RAW DATA.
-.-.-
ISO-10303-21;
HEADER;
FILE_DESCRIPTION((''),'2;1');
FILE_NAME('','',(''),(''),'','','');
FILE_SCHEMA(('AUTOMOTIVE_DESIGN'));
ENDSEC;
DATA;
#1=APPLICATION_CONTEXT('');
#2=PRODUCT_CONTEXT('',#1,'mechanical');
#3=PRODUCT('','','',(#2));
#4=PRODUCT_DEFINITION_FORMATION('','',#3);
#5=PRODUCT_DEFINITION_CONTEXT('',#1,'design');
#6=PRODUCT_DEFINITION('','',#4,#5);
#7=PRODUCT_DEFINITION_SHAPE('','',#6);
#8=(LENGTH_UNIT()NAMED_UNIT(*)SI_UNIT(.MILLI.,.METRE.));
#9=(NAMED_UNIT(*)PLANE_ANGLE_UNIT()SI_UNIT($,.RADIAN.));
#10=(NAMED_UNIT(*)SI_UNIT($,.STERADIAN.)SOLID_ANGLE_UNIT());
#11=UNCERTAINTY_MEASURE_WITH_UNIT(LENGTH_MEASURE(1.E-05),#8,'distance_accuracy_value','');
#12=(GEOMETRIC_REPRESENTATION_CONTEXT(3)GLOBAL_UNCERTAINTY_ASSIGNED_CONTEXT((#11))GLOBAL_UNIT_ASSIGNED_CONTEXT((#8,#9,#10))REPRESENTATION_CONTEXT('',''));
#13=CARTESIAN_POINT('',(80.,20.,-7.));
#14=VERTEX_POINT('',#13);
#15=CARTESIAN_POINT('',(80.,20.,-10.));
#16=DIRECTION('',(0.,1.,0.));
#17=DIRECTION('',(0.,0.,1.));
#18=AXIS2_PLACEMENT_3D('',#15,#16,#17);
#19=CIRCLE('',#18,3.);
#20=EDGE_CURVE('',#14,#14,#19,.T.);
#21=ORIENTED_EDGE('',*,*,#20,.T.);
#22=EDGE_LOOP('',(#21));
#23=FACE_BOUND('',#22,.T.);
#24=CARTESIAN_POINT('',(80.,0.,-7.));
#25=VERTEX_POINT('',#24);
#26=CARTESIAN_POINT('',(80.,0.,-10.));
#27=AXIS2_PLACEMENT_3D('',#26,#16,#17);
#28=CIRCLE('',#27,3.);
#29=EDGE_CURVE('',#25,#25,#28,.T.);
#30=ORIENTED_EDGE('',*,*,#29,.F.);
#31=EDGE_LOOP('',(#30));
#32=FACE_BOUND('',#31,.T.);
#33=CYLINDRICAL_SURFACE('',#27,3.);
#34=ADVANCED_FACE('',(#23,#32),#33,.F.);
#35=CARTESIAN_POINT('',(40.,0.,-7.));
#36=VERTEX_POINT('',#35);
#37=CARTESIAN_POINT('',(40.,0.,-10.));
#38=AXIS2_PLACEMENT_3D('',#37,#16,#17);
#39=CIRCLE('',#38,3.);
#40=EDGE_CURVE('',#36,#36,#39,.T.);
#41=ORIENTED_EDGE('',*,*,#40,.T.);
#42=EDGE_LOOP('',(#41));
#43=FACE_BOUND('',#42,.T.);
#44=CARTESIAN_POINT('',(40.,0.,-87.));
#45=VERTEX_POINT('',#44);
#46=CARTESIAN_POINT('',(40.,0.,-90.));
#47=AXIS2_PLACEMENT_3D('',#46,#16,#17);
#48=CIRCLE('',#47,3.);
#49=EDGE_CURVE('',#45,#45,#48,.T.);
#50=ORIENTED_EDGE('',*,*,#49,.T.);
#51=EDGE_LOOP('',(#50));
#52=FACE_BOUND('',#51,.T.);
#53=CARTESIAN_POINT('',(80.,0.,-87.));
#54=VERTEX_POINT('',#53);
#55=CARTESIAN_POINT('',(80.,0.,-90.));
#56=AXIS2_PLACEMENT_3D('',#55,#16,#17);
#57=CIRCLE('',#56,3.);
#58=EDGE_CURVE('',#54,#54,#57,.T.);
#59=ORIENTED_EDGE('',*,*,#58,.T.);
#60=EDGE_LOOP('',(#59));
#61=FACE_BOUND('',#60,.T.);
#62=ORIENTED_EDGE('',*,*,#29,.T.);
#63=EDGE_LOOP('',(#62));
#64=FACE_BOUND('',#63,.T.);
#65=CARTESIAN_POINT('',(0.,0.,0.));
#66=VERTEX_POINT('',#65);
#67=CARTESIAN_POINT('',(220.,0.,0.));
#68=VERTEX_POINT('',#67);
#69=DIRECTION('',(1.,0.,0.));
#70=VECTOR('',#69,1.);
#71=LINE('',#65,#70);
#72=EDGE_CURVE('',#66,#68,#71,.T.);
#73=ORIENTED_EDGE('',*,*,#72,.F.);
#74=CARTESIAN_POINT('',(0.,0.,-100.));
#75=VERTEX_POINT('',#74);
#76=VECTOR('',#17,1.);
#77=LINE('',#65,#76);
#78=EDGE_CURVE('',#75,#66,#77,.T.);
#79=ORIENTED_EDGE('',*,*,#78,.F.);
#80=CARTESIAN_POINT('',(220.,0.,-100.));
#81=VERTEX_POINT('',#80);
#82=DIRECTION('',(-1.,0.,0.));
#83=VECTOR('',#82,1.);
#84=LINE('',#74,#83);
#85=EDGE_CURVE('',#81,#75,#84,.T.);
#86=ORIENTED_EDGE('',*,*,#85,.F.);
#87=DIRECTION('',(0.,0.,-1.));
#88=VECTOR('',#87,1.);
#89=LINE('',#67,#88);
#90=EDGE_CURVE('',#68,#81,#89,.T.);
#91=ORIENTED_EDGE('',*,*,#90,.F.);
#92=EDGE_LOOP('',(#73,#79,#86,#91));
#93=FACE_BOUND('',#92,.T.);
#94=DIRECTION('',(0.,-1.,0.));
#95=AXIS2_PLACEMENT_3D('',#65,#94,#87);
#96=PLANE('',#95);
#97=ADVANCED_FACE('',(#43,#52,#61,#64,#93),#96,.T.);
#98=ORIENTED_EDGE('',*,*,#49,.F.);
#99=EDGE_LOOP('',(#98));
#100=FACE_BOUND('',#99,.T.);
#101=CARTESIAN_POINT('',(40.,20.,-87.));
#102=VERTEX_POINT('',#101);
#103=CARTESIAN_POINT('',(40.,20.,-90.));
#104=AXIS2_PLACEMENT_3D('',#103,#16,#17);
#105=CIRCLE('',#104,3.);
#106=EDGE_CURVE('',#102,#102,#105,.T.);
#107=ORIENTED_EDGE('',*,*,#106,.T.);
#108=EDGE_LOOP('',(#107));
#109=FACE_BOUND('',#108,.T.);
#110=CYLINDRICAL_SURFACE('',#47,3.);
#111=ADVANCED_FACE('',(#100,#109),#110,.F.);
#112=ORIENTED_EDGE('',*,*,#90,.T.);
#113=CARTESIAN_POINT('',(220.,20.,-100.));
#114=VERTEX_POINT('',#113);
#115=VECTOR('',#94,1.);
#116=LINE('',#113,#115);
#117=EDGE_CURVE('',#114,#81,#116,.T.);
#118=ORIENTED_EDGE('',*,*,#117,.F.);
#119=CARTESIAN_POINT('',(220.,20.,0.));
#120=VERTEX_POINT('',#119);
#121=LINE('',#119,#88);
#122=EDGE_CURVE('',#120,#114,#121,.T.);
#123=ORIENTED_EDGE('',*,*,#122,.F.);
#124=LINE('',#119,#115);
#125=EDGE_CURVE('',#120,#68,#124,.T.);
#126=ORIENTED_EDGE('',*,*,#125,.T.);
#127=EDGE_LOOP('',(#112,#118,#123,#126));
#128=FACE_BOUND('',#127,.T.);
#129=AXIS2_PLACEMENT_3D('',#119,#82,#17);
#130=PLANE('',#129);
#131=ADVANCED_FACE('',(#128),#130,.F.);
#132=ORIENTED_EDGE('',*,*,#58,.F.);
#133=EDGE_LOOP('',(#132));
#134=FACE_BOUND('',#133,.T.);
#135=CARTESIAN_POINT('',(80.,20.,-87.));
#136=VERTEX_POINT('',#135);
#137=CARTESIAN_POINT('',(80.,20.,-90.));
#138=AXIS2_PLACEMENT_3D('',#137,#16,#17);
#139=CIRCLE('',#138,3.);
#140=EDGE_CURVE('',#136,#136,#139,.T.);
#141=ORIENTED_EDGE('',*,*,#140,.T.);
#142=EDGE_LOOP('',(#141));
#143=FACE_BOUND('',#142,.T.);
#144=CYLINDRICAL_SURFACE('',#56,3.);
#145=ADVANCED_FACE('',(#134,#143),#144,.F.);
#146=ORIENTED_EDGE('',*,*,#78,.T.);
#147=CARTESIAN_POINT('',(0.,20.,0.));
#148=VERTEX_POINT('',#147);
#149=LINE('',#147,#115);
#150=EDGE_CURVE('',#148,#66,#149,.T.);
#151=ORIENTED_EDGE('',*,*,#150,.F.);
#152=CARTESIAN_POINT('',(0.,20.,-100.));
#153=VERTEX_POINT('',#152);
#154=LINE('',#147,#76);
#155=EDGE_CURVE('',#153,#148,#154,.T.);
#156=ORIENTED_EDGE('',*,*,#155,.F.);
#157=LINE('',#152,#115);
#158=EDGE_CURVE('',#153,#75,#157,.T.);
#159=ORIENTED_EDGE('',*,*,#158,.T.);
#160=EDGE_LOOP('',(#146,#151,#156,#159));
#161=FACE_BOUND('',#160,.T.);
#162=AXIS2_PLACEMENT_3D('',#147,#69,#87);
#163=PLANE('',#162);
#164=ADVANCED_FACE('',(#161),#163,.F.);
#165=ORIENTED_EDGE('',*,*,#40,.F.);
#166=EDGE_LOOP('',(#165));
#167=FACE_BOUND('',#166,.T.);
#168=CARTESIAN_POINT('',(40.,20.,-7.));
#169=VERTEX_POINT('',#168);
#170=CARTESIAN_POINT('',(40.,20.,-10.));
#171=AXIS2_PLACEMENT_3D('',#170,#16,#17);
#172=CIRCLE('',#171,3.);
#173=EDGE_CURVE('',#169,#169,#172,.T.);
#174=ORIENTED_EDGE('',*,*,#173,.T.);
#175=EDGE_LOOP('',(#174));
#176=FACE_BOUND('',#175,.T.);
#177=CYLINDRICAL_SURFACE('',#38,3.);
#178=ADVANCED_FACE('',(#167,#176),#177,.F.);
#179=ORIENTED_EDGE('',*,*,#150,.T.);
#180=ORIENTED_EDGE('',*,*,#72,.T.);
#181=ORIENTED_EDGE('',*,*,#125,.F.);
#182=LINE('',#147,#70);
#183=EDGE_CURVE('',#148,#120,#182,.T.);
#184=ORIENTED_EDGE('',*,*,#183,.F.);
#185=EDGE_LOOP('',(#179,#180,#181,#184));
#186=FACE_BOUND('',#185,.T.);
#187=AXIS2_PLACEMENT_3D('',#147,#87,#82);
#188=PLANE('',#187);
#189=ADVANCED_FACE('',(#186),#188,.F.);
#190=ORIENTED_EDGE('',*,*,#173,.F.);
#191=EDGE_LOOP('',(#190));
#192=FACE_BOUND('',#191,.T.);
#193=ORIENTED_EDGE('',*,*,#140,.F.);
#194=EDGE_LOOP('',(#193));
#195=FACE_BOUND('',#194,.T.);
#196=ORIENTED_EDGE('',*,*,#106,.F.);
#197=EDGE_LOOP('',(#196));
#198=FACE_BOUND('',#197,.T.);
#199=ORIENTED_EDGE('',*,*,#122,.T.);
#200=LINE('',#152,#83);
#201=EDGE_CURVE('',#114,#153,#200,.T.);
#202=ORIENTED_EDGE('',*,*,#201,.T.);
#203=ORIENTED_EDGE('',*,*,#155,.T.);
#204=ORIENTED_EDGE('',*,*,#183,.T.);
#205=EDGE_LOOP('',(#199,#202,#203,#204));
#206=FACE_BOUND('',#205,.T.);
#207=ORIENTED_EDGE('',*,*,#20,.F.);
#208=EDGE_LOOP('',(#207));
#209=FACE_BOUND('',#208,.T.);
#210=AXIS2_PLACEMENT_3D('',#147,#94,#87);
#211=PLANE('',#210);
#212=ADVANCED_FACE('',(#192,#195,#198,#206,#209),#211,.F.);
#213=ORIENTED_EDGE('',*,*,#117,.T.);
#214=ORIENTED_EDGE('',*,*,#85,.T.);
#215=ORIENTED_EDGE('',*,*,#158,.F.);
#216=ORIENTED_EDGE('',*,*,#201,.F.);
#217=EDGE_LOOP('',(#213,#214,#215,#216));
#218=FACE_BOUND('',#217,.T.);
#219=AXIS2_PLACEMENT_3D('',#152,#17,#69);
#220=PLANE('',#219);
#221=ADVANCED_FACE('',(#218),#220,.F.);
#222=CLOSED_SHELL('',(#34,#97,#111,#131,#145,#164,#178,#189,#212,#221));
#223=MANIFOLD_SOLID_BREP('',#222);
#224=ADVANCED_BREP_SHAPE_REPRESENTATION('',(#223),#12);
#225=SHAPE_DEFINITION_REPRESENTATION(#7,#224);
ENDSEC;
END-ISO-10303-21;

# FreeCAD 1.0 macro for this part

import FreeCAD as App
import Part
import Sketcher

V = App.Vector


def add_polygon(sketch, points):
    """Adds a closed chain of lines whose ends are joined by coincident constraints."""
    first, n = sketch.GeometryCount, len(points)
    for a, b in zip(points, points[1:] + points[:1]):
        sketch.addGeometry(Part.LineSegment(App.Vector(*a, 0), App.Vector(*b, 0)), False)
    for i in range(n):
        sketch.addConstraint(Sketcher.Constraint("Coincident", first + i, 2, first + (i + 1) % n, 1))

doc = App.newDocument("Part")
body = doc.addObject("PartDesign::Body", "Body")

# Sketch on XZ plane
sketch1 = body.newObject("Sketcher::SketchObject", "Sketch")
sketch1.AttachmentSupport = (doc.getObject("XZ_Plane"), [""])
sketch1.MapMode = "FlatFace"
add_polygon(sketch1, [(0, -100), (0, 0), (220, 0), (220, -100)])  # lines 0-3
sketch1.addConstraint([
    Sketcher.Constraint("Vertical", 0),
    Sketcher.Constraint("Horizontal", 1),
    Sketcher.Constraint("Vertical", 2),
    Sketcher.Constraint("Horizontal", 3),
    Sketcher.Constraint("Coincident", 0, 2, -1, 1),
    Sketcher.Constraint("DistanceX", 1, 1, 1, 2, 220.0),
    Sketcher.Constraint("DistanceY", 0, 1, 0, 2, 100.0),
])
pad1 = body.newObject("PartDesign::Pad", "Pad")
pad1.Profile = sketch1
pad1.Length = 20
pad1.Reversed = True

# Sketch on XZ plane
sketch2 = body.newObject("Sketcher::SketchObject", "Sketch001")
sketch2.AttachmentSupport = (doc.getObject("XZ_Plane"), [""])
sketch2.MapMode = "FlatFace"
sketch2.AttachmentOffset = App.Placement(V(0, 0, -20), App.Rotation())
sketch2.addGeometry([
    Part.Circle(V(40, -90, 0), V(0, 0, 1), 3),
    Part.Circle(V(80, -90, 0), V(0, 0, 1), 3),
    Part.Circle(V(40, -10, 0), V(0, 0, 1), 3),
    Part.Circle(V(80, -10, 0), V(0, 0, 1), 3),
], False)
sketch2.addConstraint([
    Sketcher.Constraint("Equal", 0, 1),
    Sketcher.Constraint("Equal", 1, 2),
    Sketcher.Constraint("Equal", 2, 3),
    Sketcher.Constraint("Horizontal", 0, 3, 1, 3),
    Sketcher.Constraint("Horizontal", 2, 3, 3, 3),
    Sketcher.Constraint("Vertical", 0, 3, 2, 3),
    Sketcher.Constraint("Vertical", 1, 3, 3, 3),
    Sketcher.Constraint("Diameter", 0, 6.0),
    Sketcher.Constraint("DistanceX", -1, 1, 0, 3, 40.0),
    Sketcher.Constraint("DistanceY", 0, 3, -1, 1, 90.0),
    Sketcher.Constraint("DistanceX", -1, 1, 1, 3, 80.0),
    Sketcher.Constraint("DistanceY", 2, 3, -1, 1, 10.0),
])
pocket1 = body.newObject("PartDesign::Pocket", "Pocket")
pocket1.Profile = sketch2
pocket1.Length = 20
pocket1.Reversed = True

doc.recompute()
-.-.-
TASK REQUIREMENTS.
Look above for the line containing "#182=LINE('',#147,#70);" and the line containing "#192=FACE_BOUND('',#191,.T.);". Transcribe both, with the lines between them, exactly.

EXERCISE ANSWER.
#182=LINE('',#147,#70);
#183=EDGE_CURVE('',#148,#120,#182,.T.);
#184=ORIENTED_EDGE('',*,*,#183,.F.);
#185=EDGE_LOOP('',(#179,#180,#181,#184));
#186=FACE_BOUND('',#185,.T.);
#187=AXIS2_PLACEMENT_3D('',#147,#87,#82);
#188=PLANE('',#187);
#189=ADVANCED_FACE('',(#186),#188,.F.);
#190=ORIENTED_EDGE('',*,*,#173,.F.);
#191=EDGE_LOOP('',(#190));
#192=FACE_BOUND('',#191,.T.);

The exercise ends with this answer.